Your objective:
Below are lines of data, and only some are wanted. Please repeat exactly those from the line that has "v 47.981 -25.716 5" through the line that has "v -238.647 -32.771 -5".

Provided data:
=== Section Start ===
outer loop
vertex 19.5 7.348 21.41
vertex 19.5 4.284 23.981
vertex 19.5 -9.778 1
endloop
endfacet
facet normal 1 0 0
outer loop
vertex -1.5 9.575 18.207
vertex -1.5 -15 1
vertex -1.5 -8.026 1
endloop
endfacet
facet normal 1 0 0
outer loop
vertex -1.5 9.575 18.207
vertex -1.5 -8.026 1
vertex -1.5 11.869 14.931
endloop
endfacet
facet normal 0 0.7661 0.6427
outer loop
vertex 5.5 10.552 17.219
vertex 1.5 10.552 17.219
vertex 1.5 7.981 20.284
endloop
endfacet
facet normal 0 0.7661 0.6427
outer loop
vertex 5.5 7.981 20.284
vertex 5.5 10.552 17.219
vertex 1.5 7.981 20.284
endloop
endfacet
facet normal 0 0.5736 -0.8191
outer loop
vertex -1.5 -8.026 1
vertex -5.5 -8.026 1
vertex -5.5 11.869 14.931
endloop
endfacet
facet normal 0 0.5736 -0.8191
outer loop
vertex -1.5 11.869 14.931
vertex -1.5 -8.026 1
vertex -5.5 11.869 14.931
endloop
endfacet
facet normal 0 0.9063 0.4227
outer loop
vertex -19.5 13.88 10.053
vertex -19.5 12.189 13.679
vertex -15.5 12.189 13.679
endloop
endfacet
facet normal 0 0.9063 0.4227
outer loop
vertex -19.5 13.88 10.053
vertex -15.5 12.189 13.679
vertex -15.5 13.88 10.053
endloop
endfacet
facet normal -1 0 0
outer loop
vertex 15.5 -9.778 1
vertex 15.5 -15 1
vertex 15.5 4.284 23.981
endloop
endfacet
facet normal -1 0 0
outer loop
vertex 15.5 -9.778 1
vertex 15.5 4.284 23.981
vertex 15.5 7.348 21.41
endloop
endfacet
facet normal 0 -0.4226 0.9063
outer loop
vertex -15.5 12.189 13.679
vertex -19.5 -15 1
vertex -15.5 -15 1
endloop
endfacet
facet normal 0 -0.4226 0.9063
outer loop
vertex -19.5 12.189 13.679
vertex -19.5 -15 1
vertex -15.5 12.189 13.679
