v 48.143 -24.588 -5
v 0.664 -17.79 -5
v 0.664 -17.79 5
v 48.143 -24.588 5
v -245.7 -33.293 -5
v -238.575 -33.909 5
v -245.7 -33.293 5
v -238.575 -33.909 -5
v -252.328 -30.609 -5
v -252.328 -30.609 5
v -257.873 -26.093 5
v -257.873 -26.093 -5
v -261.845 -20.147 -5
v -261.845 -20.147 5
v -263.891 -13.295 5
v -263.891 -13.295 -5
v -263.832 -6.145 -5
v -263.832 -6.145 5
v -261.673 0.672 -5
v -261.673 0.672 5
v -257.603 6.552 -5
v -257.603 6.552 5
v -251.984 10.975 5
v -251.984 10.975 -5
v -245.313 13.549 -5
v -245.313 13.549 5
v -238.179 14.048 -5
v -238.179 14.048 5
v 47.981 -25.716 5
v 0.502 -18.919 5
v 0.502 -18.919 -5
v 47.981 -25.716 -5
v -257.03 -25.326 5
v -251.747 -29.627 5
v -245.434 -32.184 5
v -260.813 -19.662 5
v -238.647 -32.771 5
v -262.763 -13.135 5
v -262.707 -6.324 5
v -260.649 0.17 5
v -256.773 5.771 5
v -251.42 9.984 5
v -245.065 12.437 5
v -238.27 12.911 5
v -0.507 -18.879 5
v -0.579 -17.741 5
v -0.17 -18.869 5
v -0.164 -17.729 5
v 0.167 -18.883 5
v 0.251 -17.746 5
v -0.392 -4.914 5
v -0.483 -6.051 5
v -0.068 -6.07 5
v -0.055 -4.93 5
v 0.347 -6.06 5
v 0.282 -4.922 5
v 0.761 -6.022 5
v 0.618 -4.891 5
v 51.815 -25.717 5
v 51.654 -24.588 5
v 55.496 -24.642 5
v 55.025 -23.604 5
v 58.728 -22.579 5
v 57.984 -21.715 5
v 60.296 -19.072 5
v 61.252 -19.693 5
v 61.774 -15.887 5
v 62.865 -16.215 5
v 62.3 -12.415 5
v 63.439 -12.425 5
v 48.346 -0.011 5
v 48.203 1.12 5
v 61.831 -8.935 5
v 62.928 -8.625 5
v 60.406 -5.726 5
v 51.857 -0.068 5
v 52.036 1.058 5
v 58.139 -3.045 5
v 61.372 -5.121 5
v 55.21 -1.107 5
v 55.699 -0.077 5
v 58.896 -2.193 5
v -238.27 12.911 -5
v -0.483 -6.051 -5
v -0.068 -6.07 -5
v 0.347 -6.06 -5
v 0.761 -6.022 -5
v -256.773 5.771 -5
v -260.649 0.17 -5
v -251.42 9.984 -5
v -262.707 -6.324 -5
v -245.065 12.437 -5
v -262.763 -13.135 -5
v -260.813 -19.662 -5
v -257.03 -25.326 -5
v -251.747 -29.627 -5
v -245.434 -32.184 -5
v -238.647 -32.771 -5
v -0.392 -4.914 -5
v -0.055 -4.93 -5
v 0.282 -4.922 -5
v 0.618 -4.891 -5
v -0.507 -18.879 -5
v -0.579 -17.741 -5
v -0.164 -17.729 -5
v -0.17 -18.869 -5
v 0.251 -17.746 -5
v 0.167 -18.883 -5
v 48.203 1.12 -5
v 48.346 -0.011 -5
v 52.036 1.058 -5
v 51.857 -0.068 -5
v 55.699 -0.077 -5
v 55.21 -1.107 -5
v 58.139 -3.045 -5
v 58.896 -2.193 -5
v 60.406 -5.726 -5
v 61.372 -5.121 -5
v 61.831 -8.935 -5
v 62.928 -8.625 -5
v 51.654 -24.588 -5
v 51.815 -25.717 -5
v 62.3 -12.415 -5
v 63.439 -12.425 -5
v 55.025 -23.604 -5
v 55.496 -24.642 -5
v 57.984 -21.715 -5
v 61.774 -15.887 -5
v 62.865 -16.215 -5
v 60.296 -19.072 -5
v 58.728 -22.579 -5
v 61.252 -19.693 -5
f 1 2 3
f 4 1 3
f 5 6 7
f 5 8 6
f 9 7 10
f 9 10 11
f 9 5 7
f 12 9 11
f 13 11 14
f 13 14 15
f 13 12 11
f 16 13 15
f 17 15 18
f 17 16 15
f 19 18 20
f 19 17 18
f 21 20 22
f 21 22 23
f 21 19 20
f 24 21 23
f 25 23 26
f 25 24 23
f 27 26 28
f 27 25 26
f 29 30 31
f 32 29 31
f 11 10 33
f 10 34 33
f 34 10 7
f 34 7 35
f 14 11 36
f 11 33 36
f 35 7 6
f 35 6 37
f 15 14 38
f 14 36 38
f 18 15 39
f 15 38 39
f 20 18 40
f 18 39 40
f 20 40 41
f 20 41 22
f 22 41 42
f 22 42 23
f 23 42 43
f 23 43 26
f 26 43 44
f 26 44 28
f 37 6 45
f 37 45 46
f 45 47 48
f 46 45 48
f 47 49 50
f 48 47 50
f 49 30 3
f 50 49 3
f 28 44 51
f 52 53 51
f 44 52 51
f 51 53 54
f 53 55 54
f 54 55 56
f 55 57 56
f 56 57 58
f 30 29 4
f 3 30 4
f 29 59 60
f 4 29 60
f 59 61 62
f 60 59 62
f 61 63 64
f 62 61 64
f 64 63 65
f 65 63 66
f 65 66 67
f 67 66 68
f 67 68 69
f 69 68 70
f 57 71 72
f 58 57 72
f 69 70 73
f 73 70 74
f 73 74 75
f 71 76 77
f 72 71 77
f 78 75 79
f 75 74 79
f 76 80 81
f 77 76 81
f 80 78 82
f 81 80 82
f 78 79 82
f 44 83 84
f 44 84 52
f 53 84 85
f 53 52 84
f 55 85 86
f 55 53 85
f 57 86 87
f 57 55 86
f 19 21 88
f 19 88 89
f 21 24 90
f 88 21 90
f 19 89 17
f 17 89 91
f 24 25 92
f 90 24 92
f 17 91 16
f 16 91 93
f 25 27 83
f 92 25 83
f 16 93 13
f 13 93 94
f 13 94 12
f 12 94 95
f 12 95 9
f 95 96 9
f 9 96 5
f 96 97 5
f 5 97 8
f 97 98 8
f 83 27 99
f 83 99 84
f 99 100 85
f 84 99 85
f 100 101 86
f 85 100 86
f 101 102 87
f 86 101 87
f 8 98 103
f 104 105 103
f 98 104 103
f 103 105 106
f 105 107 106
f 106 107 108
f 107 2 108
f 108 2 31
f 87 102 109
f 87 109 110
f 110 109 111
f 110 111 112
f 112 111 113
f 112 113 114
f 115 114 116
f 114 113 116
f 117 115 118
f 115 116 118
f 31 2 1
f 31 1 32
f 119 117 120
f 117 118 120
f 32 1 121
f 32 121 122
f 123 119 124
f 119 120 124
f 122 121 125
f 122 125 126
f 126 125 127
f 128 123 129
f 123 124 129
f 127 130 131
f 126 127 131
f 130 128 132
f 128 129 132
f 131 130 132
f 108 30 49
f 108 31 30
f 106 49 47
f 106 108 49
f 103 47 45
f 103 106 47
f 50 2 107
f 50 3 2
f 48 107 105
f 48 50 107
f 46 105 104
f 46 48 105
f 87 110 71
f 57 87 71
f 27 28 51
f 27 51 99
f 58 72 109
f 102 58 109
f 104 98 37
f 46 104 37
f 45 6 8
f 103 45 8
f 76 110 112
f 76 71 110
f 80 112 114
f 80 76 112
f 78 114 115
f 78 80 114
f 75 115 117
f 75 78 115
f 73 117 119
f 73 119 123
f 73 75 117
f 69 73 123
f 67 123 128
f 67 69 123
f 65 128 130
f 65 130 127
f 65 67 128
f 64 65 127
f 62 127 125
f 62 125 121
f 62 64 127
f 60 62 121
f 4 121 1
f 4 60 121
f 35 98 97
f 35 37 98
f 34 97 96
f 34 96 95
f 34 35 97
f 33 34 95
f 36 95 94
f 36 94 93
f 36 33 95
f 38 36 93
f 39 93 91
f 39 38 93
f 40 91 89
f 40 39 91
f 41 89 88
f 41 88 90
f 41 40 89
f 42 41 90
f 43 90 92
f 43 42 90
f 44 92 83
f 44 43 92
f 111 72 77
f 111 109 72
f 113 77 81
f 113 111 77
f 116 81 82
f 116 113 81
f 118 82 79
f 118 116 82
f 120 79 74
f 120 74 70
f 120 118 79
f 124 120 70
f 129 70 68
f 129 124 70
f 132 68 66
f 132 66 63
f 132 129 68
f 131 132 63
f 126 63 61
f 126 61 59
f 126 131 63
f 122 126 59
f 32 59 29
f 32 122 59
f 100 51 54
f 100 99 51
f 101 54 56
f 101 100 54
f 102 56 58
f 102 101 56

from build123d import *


with BuildPart() as part:
    # Sweep1: sweep along a path in Sketch2
    with BuildLine(Plane.XY) as sweep1_path:
        Line((0.760799283, -6.022132882), (48.345774261, -0.010539388))
        ThreePointArc((48.345774261, -0.010539388), (62.299537257, -12.415218786), (48.142681566, -24.587605966))
        Line((48.142681566, -24.587605966), (0.663551745, -17.790449832))
        ThreePointArc((0.663551745, -17.790449832), (0.04348261, -17.733939776), (-0.579113336, -17.741247775))
        Line((-0.579113336, -17.741247775), (-238.647292697, -32.77092096))
        ThreePointArc((-238.647292697, -32.77092096), (-262.989356674, -9.727192609), (-238.269798997, 12.91111482))
        Line((-238.269798997, 12.91111482), (-0.482509205, -6.050792086))
        ThreePointArc((-0.482509205, -6.050792086), (0.139880947, -6.068388033), (0.760799283, -6.022132882))
    # Sketch3 → Sweep1 (sweep)
    with BuildSketch(Plane(origin=(-238.269798997, 12.91111482, 0), x_dir=(0, 0, 1), z_dir=(-0.9968355989946425, 0.07949080812894212, 0))):
        Polygon((0, 0), (5, 0), (5, 1.14), (-5, 1.14), (-5, 0), align=None)
    sweep(path=sweep1_path.line)


solid = part.part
=== Section End ===
Answer to the problem:
v 47.981 -25.716 5
v 0.502 -18.919 5
v 0.502 -18.919 -5
v 47.981 -25.716 -5
v -257.03 -25.326 5
v -251.747 -29.627 5
v -245.434 -32.184 5
v -260.813 -19.662 5
v -238.647 -32.771 5
v -262.763 -13.135 5
v -262.707 -6.324 5
v -260.649 0.17 5
v -256.773 5.771 5
v -251.42 9.984 5
v -245.065 12.437 5
v -238.27 12.911 5
v -0.507 -18.879 5
v -0.579 -17.741 5
v -0.17 -18.869 5
v -0.164 -17.729 5
v 0.167 -18.883 5
v 0.251 -17.746 5
v -0.392 -4.914 5
v -0.483 -6.051 5
v -0.068 -6.07 5
v -0.055 -4.93 5
v 0.347 -6.06 5
v 0.282 -4.922 5
v 0.761 -6.022 5
v 0.618 -4.891 5
v 51.815 -25.717 5
v 51.654 -24.588 5
v 55.496 -24.642 5
v 55.025 -23.604 5
v 58.728 -22.579 5
v 57.984 -21.715 5
v 60.296 -19.072 5
v 61.252 -19.693 5
v 61.774 -15.887 5
v 62.865 -16.215 5
v 62.3 -12.415 5
v 63.439 -12.425 5
v 48.346 -0.011 5
v 48.203 1.12 5
v 61.831 -8.935 5
v 62.928 -8.625 5
v 60.406 -5.726 5
v 51.857 -0.068 5
v 52.036 1.058 5
v 58.139 -3.045 5
v 61.372 -5.121 5
v 55.21 -1.107 5
v 55.699 -0.077 5
v 58.896 -2.193 5
v -238.27 12.911 -5
v -0.483 -6.051 -5
v -0.068 -6.07 -5
v 0.347 -6.06 -5
v 0.761 -6.022 -5
v -256.773 5.771 -5
v -260.649 0.17 -5
v -251.42 9.984 -5
v -262.707 -6.324 -5
v -245.065 12.437 -5
v -262.763 -13.135 -5
v -260.813 -19.662 -5
v -257.03 -25.326 -5
v -251.747 -29.627 -5
v -245.434 -32.184 -5
v -238.647 -32.771 -5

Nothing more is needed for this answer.